Lucas v. Lindner

This is an action under the guest act, 1 Comp. Laws 1929, § 4648.

The evening of October 21, 1933, defendant Carl Lindner invited Emma Lucas, who was then 19 years of age, to go for a ride in the automobile of his father, defendant Abner Lindner, and, while the car was driven by defendant Carl Lindner over a highway ending at a turn upon another highway, the driver failed to make the turn and the car crossed that highway, collided with a tree, overturned and Miss Lucas was seriously injured. The wilful and wanton misconduct, claimed to bring the case within liability under the guest enactment, was excessive speed over a wet and slippery highway, while approaching the end of the road, which was obscured by a hill and, therefore, inability to make the turn. Earlier in the driving, while approaching the other end of the road, the car slued into a ditch and had to be pulled out and, at that time, Miss Lucas, only upon the promise of slower driving, resumed the trip. *Page 707

Counsel make extended review of our decisions upon what constitutes gross negligence, or wilful and wanton misconduct, within such term as employed in the statute. We say "term" advisedly, for it is single in purpose and the import is in the distinguishing words "wilful and wanton misconduct," in order to remove it from mere degrees of negligence. In opinions it has sometimes been termed "such a degree of recklessness as approaches wilful and wanton misconduct." This, unless fully grasped, might lead to any degree of approach, and it was intended to mean much more and to cover only such acts in the presence of apparent danger as disclose a wilful and wanton disregard of consequences, reasonably to be apprehended. In other words such recklessness as fits the term "wilful and wanton misconduct."

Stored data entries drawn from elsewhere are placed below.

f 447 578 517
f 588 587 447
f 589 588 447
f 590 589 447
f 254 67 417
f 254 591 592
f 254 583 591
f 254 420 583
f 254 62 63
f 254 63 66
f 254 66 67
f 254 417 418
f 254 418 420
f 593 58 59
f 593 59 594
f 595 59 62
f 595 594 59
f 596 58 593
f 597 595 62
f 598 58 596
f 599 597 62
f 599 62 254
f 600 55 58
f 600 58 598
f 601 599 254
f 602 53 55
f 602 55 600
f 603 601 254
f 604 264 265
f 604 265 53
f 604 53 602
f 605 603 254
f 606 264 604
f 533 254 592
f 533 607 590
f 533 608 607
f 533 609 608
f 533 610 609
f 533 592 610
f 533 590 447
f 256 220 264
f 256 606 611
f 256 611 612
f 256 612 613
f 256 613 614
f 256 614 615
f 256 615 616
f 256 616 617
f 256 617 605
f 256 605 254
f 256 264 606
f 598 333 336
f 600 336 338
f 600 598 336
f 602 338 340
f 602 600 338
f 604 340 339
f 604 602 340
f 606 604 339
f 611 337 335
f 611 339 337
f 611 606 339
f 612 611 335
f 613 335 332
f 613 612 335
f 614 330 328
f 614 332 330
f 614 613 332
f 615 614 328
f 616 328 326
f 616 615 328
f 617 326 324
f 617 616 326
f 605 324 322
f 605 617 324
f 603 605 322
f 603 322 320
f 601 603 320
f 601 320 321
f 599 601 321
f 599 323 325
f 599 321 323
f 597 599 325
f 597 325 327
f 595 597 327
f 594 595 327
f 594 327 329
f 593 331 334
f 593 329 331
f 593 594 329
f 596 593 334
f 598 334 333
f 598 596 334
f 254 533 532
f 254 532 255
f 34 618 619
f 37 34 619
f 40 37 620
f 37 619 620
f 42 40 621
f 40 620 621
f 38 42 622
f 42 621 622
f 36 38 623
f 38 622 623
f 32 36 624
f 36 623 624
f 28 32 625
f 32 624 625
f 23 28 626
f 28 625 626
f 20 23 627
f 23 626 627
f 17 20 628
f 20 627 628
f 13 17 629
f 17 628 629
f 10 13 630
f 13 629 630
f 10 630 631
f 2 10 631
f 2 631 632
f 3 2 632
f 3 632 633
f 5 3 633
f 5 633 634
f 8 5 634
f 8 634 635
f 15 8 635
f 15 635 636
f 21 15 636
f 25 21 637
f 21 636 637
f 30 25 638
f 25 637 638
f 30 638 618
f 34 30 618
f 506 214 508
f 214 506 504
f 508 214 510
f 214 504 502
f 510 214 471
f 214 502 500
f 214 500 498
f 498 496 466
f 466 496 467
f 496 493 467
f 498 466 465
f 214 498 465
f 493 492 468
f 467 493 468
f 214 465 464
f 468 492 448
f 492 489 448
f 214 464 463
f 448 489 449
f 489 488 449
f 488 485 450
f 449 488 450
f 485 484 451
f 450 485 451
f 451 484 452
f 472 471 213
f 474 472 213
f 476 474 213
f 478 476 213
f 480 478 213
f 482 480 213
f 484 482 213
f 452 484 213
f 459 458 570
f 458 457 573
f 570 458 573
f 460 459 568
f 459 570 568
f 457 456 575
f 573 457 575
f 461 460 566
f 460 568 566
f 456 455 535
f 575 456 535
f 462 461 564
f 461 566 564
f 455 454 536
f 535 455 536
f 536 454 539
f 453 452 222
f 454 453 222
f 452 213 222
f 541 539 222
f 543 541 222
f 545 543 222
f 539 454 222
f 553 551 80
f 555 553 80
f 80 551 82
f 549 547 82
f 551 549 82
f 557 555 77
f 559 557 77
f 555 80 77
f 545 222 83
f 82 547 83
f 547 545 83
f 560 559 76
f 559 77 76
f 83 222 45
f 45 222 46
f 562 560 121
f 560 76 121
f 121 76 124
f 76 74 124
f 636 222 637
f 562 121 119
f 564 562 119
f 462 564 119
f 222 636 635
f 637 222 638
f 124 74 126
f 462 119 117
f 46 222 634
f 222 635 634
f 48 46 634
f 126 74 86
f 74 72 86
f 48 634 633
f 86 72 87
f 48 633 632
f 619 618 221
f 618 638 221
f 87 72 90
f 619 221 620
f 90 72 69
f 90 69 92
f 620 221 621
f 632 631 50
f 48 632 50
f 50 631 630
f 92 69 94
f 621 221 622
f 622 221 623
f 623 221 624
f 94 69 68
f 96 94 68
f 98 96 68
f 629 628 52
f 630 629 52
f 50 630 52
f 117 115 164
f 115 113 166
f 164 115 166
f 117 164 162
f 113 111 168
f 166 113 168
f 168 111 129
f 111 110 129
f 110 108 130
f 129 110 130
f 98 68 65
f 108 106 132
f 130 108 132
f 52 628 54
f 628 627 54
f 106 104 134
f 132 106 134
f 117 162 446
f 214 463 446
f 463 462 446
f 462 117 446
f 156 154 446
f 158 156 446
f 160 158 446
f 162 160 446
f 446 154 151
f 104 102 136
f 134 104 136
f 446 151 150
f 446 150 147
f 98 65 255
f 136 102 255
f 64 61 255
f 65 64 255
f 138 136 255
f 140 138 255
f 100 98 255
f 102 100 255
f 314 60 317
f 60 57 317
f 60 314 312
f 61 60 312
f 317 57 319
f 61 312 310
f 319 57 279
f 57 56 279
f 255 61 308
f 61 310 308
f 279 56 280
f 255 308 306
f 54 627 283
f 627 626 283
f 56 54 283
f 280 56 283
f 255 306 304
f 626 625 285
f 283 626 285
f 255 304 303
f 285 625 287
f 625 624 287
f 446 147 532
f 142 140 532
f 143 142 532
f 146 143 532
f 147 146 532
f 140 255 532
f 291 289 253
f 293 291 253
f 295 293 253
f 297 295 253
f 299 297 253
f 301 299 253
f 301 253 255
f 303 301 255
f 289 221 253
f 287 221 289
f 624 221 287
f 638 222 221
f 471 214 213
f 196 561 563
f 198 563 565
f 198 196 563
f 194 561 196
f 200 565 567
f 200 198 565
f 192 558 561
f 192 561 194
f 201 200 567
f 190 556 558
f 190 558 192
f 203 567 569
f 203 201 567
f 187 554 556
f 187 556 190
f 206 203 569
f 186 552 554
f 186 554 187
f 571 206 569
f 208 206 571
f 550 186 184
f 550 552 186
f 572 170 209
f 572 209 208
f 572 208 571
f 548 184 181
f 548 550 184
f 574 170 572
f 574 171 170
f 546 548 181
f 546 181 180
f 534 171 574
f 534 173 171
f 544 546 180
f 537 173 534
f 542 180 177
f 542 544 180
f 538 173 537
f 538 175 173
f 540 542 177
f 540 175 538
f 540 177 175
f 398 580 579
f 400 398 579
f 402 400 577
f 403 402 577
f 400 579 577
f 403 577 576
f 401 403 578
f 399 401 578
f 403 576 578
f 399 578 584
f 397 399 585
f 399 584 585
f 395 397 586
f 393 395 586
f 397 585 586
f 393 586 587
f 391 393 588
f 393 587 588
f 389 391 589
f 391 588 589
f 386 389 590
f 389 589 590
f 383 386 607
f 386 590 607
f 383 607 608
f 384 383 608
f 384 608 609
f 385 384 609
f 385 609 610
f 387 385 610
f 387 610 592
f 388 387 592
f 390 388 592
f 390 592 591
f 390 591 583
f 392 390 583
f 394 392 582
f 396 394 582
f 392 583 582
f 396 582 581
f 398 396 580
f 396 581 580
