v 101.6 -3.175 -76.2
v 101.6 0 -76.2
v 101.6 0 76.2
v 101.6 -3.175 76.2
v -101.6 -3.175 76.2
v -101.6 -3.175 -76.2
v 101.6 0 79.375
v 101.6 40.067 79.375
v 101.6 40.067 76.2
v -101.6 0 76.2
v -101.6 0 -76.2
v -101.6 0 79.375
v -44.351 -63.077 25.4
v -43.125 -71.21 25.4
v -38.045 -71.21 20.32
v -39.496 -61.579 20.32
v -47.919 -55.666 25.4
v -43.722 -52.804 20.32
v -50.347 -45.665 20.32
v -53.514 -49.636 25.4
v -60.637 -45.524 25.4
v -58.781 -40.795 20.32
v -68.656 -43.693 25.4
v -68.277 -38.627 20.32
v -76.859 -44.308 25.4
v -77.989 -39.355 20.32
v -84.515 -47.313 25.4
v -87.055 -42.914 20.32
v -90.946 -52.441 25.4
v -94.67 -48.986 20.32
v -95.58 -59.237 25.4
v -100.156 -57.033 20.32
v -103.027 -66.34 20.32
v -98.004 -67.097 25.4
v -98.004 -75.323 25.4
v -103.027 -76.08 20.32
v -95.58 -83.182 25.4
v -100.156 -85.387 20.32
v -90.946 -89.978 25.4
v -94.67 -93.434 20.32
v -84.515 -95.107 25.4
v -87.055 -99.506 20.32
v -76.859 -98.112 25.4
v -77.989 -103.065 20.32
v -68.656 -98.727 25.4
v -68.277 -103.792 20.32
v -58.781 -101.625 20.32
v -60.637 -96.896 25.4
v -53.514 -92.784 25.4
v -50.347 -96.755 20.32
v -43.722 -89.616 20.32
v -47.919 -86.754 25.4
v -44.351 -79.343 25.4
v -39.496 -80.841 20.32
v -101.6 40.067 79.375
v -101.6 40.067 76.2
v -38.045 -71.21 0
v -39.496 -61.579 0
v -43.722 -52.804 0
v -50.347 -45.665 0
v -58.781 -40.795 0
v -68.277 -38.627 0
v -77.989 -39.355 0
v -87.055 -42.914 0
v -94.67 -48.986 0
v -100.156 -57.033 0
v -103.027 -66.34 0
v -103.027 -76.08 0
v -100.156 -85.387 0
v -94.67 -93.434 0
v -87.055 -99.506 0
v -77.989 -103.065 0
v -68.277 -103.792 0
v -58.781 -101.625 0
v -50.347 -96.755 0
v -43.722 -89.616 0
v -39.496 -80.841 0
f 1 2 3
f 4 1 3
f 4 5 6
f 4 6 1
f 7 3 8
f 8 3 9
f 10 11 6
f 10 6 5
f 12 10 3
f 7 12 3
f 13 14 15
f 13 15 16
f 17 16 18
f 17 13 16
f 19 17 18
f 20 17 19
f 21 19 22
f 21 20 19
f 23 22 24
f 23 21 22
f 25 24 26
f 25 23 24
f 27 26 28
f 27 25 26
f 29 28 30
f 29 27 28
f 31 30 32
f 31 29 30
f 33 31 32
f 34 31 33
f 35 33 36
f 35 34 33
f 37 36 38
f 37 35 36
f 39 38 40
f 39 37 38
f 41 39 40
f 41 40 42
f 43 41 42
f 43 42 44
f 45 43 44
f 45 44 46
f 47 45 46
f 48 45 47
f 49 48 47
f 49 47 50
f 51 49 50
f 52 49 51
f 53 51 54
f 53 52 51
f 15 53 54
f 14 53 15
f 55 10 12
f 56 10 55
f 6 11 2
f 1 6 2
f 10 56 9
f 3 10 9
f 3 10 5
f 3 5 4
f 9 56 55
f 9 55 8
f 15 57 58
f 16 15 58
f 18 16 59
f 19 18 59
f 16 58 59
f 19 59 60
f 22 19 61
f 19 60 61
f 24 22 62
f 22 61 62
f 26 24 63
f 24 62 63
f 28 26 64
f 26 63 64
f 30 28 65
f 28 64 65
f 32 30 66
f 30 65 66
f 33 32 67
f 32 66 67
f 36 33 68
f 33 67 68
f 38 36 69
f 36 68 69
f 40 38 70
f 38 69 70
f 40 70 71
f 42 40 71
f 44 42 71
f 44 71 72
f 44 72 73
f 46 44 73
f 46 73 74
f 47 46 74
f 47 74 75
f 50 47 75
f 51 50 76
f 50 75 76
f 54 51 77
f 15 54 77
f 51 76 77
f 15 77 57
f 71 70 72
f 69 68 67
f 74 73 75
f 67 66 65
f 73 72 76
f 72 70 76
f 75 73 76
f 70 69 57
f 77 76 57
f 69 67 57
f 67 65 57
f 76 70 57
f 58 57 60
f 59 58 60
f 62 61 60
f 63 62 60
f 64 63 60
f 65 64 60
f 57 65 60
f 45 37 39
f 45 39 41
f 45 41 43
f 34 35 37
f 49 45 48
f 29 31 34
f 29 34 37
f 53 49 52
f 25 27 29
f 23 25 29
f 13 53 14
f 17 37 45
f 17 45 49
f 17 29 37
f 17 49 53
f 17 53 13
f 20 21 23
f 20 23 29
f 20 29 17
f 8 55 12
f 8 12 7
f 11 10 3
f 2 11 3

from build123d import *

# Parameters (mm, degrees)
F0_W     = 203.2
F0_H     = 152.4
F1_DEPTH = 3.175
F2_W     = 203.2
F2_H     = 40.0667153299
F3_DEPTH = 3.175
F5_R     = 32.6737940356
F6_DEPTH = 25.4
F8_SIZE  = 5.08


# Not quite as in the source:
# - the program builds the solid bodies; features that only make, move or delete a surface that nothing else refers to are left out


with BuildPart() as f1:
    # F0 (on Front) → F1 (new body)
    with BuildSketch(Plane.XZ):
        Rectangle(F0_W, F0_H)
    extrude(amount=F1_DEPTH)


with BuildPart() as f3:
    # F2 (on face) → F3 (new body)
    with BuildSketch(Plane.XY.offset(76.2)):
        with Locations((0, 20.0333576649)):
            Rectangle(F2_W, F2_H)
    extrude(amount=F3_DEPTH)


with BuildPart() as f6:
    # F5 (on Top) → F6 (new body)
    with BuildSketch(Plane.XY):
        with Locations((-70.7184076309, -71.2099298835)):
            Circle(F5_R)
    extrude(amount=F6_DEPTH)

    # F8
    f8_edges = [f6.edges().sort_by_distance(p)[0] for p in [
        (-103.392202, -71.20993, 25.4),
    ]]
    chamfer(f8_edges, length=F8_SIZE)


solid = Compound([f1.part, f3.part, f6.part])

We said in Perkins v. Roberts, 272 Mich. 545:

"The term 'wanton and wilful misconduct,' as employed in the guest act, differs in kind and not merely in degree from ordinary, actionable negligence, for the term carries more than a 'vituperative epithet.'

"As said in Stout v. Gallemore, 138 Kan. 385, 393 (26 Pac. [2d] 573), of a similar statute:

" 'The statute would be ineffective, also, if the liability from which it relieved operators of automobiles were reestablished by the use of exaggerated terms to describe negligence.' "

If the driver knew of the turn he was approaching and miscalculated its distance away he may have been guilty of negligence in not slowing the speed of his car, but he was not guilty of wilful and wanton misconduct. The same is true if he was not familiar with the location of the turn and view thereof was cut off by a rise in the road until it was too late to reduce speed and make the turn. *Page 708

But it is said that Miss Lucas warned him that he was driving too fast. The driver of a car is at the steering wheel and not on the back seat.

We have repeatedly held that the driver of an automobile is not, at his peril, required to comply with the request of a guest relative to speed, and that noncompliance with such a request, in and of itself, is not evidence of wilfulness or wantonness. See Bobich v. Rogers, 258 Mich. 343, and Mogill v.Resnick, 263 Mich. 103.

The driver may have been negligent but the evidence did not warrant a finding of wilful and wanton misconduct.

Judgment should be reversed, without a new trial, and with costs to defendants.

NORTH, C.J., and POTTER, J., concurred with WIEST, J. EDWARD M. SHARPE, J., did not sit.

The late Justice NELSON SHARPE took no part in this decision.